Have you performed a re-install of Steam and GPU-z? 

Updated drivers?

OS updates?


----------



## Sasqui (Apr 12, 2018)

I haven't seen that problem, but I have gotten GPUz on startup, shows on screen... but there's still Windows prompting me behind the scene if it's safe to run.  Weird.


----------



## Naki (Apr 13, 2018)

eidairaman1 said:


> Report a problem to steam too


Not a Steam issue at all. Check out the forums search, you will find lots of others reporting same freezing issue with GPU-Z in recent years.


----------



## W1zzard (Apr 13, 2018)

Sasqui said:


> I haven't seen that problem, but I have gotten GPUz on startup, shows on screen... but there's still Windows prompting me behind the scene if it's safe to run. Weird.


Are you using the "launch on windows startup" feature in gpu-z settings? when this is used it shouldn't prompt you for permissions

edit: actually, which window is this? the "this file has been downloaded from the internet" warning or the "this program requires administrative privileges to run" window?



Kotonoha said:


> if i close steam quick enough system will not freeze, same goes to GPU-z!
> i'm currently turning off automatic start up for GPU-z, so system will not freeze


anything else in your startup that accesses hardware or does hardware monitoring?


----------



## Sasqui (Apr 13, 2018)

W1zzard said:


> Are you using the "launch on windows startup" feature in gpu-z settings? when this is used it shouldn't prompt you for permissions
> 
> edit: actually, which window is this? the "this file has been downloaded from the internet" warning or the "this program requires administrative privileges to run" window?



I'll check later and let you know with some screen caps


----------



## eidairaman1 (Apr 13, 2018)

Naki said:


> Not a Steam issue at all. Check out the forums search, you will find lots of others reporting same freezing issue with GPU-Z in recent years.



Well there is a conflict between both, hence a report to steam should be made as well.


----------



## Naki (Apr 18, 2018)

eidairaman1 said:


> Well there is a conflict between both, hence a report to steam should be made as well.


Could be. I think Steam are unlikely to listen to such reports or try to fix this, I hope I am wrong of course. 

Good question on other system apps, @W1zzard!  In my case, I use Core Temp to monitor my CPU temps.
Core Temp can/could sometimes cause exactly the same freeze on startup the way it happens for the thread's OP - not too often mind you, but often enough to mention.
GPU-Z and Core Temp and other such apps use low-level access to sensors/etc via system drivers, so if OP has several system monitor apps set to run on startup, this could be a combined issue that is not caused just by GPU-Z. 

(I don't get this issue now however, as this is my main work PC so I need it to work 100% stably and I rarely play games on it.
Thus I don't need to monitor anything that much - so I set GPU-Z and Core Temp to not run on startup and only run them when I need them. )


----------



## eidairaman1 (Apr 18, 2018)

Naki said:


> Could be.

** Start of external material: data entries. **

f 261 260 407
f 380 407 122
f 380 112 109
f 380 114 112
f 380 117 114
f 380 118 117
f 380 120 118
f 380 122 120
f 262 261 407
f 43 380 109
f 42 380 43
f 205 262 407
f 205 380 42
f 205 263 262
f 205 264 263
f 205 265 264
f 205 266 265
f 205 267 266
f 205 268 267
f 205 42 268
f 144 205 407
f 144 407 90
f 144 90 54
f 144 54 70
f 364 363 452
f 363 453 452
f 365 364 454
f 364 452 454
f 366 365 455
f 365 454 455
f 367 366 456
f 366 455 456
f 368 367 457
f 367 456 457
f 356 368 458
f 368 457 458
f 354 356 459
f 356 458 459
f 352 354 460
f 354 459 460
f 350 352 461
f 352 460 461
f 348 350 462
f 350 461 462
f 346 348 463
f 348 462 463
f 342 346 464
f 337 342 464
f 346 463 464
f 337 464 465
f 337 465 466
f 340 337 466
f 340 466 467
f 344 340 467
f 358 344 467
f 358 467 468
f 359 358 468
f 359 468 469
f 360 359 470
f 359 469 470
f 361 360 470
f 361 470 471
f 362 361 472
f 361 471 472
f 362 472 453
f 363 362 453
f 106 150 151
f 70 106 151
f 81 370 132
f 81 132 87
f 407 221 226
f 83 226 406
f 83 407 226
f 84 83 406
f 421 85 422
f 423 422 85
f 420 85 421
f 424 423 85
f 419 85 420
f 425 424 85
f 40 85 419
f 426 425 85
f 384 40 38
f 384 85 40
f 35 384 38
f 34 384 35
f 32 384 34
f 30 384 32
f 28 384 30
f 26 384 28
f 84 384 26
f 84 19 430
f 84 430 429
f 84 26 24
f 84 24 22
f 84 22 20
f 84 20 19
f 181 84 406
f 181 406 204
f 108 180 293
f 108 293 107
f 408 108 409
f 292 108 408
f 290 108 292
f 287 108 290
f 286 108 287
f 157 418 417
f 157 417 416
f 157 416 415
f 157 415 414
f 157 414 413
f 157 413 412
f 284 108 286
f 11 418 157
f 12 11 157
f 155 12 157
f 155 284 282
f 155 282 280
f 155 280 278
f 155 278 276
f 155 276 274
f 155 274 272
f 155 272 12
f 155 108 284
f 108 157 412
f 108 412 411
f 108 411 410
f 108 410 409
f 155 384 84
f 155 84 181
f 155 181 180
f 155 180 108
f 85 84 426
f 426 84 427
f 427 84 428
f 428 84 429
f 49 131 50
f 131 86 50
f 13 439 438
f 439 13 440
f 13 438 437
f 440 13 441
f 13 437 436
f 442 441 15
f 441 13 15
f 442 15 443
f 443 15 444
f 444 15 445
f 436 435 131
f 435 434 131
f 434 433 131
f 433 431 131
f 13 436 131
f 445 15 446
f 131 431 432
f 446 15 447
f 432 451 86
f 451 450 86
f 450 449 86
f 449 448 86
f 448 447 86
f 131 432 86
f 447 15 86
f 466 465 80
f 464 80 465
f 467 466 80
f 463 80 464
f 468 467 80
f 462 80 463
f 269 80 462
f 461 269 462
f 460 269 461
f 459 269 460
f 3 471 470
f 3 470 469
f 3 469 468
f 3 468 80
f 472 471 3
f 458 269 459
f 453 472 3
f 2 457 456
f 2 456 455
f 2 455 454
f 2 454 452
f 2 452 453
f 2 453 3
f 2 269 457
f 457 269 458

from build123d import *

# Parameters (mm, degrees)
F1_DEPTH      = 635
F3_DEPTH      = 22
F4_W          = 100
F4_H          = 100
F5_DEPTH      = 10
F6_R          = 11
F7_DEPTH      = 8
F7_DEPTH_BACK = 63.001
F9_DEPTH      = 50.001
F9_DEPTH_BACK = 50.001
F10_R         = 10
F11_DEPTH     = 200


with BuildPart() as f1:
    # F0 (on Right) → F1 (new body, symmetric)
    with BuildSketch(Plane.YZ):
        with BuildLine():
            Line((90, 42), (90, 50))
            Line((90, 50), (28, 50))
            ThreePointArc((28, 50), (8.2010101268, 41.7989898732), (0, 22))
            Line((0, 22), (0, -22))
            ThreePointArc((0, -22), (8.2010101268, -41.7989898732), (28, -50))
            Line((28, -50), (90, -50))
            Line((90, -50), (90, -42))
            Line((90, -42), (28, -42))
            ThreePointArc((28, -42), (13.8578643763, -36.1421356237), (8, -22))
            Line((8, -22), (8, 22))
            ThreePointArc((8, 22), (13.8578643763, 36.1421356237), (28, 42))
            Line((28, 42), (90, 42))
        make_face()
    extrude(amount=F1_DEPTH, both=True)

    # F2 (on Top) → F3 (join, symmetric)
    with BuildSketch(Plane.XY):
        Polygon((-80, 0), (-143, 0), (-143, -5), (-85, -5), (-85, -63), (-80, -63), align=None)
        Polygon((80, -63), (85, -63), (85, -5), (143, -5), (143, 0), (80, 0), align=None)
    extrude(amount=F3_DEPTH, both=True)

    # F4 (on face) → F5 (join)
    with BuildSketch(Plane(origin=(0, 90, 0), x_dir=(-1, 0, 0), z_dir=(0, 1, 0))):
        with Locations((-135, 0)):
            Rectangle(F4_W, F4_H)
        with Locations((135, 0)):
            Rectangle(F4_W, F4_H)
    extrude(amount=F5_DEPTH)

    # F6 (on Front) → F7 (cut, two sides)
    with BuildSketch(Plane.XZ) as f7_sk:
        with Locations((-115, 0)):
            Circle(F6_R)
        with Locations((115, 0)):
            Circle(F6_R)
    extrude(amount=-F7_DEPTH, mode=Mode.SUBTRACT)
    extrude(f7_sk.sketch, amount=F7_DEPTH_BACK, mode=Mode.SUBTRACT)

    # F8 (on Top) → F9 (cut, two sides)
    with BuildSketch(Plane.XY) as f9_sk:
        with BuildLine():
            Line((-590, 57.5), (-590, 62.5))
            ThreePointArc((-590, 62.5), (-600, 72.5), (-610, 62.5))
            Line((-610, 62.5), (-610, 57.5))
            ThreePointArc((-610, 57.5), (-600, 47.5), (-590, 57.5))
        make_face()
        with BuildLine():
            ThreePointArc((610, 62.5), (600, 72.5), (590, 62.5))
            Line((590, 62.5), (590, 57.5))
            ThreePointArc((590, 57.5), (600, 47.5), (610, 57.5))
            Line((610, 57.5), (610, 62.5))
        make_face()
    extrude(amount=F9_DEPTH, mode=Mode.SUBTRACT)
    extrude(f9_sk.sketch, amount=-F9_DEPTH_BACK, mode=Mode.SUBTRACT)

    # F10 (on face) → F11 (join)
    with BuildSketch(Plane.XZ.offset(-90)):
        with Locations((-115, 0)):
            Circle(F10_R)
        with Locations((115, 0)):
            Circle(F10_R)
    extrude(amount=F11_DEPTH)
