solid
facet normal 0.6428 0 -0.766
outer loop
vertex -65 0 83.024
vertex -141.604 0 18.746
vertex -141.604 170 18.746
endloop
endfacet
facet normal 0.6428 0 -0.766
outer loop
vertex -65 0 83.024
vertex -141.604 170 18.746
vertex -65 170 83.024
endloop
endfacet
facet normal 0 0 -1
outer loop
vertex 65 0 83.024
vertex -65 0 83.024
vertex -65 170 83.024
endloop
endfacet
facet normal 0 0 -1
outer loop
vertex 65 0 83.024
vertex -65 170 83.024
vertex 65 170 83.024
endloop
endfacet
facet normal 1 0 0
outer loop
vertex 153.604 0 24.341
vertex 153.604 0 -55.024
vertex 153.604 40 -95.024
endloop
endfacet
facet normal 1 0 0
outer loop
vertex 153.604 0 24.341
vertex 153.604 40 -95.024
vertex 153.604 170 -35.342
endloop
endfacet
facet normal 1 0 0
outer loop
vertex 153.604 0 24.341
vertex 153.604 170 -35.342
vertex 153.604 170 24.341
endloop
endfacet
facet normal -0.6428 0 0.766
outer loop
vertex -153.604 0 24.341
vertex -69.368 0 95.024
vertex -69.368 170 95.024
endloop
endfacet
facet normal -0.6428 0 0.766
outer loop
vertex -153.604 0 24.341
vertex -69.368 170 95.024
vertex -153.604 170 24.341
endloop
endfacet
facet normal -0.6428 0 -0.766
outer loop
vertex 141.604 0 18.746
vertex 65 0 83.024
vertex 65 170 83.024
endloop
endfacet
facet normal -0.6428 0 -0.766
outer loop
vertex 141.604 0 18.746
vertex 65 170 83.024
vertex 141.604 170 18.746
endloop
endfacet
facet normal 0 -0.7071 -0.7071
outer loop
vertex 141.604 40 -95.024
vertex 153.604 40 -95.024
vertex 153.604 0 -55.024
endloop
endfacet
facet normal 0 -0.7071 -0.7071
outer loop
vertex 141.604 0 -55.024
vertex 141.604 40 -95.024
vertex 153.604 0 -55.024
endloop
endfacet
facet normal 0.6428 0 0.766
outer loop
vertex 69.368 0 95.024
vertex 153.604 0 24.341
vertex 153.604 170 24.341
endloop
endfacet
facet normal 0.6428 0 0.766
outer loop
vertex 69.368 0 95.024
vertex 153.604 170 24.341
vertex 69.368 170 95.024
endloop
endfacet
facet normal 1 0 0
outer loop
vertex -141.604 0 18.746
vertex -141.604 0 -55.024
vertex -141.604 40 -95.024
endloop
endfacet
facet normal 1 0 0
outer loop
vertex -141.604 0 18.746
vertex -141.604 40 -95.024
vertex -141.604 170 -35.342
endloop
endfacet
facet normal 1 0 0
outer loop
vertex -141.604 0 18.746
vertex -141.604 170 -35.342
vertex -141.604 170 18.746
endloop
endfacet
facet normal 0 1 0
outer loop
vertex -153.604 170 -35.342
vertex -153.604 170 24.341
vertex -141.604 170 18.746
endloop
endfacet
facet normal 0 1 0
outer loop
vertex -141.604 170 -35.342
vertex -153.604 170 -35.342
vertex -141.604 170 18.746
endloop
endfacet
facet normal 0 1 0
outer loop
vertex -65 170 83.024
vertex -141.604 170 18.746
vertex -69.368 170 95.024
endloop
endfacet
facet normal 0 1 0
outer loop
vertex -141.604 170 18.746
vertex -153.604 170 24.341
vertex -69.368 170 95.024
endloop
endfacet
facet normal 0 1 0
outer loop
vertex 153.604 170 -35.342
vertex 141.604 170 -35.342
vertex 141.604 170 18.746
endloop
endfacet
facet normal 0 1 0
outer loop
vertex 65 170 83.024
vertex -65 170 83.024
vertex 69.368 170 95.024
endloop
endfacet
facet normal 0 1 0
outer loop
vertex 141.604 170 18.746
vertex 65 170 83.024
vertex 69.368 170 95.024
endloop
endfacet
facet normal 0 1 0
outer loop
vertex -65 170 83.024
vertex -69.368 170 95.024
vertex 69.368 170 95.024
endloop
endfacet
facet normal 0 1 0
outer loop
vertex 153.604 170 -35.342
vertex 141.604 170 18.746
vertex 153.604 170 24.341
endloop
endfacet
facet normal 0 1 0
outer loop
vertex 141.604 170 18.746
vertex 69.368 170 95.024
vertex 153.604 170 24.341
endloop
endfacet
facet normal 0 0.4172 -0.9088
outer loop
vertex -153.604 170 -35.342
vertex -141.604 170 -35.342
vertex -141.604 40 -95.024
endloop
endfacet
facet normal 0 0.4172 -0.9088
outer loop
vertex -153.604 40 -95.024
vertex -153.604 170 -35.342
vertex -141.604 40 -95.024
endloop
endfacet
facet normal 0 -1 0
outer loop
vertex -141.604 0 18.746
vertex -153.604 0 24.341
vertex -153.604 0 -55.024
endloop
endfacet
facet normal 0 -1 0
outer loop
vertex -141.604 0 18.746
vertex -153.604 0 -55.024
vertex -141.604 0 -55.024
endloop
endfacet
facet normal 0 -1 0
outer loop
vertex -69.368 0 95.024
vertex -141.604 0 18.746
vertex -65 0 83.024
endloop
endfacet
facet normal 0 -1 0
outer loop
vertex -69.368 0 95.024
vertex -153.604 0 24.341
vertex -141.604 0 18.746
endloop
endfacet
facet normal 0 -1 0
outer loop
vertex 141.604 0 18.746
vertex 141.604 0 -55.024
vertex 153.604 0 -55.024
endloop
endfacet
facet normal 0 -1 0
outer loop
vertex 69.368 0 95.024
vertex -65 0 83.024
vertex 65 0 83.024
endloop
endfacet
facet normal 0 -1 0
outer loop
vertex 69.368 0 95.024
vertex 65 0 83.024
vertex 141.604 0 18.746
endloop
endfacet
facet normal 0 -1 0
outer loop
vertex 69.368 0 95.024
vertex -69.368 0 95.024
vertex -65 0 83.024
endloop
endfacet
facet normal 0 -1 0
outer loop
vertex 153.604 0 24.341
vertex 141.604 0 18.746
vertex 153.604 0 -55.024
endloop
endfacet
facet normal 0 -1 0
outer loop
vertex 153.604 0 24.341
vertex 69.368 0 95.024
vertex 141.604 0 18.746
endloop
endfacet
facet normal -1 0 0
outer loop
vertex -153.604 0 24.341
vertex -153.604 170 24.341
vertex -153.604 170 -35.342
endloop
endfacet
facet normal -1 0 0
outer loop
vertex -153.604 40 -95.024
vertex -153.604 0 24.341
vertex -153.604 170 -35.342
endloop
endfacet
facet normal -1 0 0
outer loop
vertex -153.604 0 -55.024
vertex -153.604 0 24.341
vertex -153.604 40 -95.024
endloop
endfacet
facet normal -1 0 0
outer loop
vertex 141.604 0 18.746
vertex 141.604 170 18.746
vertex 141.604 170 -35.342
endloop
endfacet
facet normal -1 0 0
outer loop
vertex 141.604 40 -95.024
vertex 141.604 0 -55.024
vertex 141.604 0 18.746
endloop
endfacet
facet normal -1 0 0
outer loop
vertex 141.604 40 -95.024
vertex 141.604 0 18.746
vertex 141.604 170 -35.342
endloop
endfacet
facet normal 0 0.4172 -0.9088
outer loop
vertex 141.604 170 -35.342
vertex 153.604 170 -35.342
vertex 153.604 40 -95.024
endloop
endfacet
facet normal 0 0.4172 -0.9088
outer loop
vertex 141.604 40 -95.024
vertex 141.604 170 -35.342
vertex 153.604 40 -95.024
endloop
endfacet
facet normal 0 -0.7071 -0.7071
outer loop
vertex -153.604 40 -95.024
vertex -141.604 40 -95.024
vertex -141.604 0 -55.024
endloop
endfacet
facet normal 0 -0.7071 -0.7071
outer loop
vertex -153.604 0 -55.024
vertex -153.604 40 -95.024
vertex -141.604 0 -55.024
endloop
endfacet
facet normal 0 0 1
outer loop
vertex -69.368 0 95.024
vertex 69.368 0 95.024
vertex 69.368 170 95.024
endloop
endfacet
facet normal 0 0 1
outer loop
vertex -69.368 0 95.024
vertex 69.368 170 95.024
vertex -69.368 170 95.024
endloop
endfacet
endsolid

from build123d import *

# Parameters (mm, degrees)
F1_DEPTH = 170
F3_DEPTH = 350
F5_DEPTH = 400


with BuildPart() as f1:
    # F0 (on Front) → F1 (new body)
    with BuildSketch(Plane.XZ):
        Polygon((-141.604444, 18.745599), (-65, 83.02436), (65, 83.02436), (141.604444, 18.745599), (141.604444, -95.024361), (153.604444, -95.024361), (153.604444, 24.341291), (69.367643, 95.02436), (-69.367643, 95.02436), (-153.604444, 24.341291), (-153.604444, -95.024361), (-141.604444, -95.024361), align=None)
    extrude(amount=-F1_DEPTH)

    # F2 (on face) → F3 (cut)
    with BuildSketch(Plane.YZ.offset(153.604444)):
        Polygon((170, -35.341535), (40, -95.024361), (170, -95.024361), align=None)
    extrude(amount=-F3_DEPTH, mode=Mode.SUBTRACT)

    # F4 (on face) → F5 (cut)
    with BuildSketch(Plane.YZ.offset(153.604444)):
        Polygon((0, -95.024361), (40, -95.024361), (0, -55.024361), align=None)
    extrude(amount=-F5_DEPTH, mode=Mode.SUBTRACT)


solid = f1.part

I think Steam are unlikely to listen to such reports or try to fix this, I hope I am wrong of course.
> 
> Good question on other system apps, @W1zzard!  In my case, I use Core Temp to monitor my CPU temps.
> Core Temp can/could sometimes cause exactly the same freeze on startup the way it happens for the thread's OP - not too often mind you, but often enough to mention.
> ...



Well the squeaky wheel gets the grease, if it gets reported enough times they are responsible for having to look. I did that with a driver in 2016, it was fixed 6 months after reporting it every month that it wasn't fixed.


----------



## W1zzard (Oct 1, 2018)

https://www.techpowerup.com/forums/...ash-related-to-steam-valve-anti-cheat.248101/

Please check if this build fixes the issue


----------



## W1zzard (Oct 2, 2018)

Updated build, please test: https://www.techpowerup.com/forums/...to-steam-valve-anti-cheat.248101/post-3914839


----------



## Kotonoha (Oct 8, 2018)

system froze after i launched CSGO 1 minute, other games are running OK like overwatch and fortnite
i'll  post again when my system crashes

system froze after i launched CSGO 1 minute, other games are running OK like overwatch and fortnite
i'll  post again when my system crashes again
(update: it freezes again when i load gpu-z automatic start up)


----------



## W1zzard (Oct 8, 2018)

Did you use the new build I linked?


----------



## Kotonoha (Oct 20, 2018)

updated to 2.13.0 let's see how it works out, will update few moments if it's OK


----------



## puma99dk| (Oct 20, 2018)

Kotonoha said:


> it's geforce 970, hence 3.5GB



Don't hate the GTX 970 for Nvidia's screw up because it is a real 4GB but the way their marking team failed to describe it doe.

It's not slower memory it's just the way the L2 cache has to reach the 512MB of ram that's the problem and I am sure it could have been done a better way then Nvidia did.






But if they left the last L2 cache activate it would properly just be a GTX 975 that almost could do performance like a GTX 980.


----------



## Kotonoha (Oct 22, 2018)

the PC runs OK now


----------



## Kotonoha (Jul 14, 2019)

*v2.22.0 hangs on my system, same problem occouring (also previous versions)
the 2.13.0 version is fine*


----------



## W1zzard (Jul 14, 2019)

I have a fix in the works, but it'll take a bit longer


----------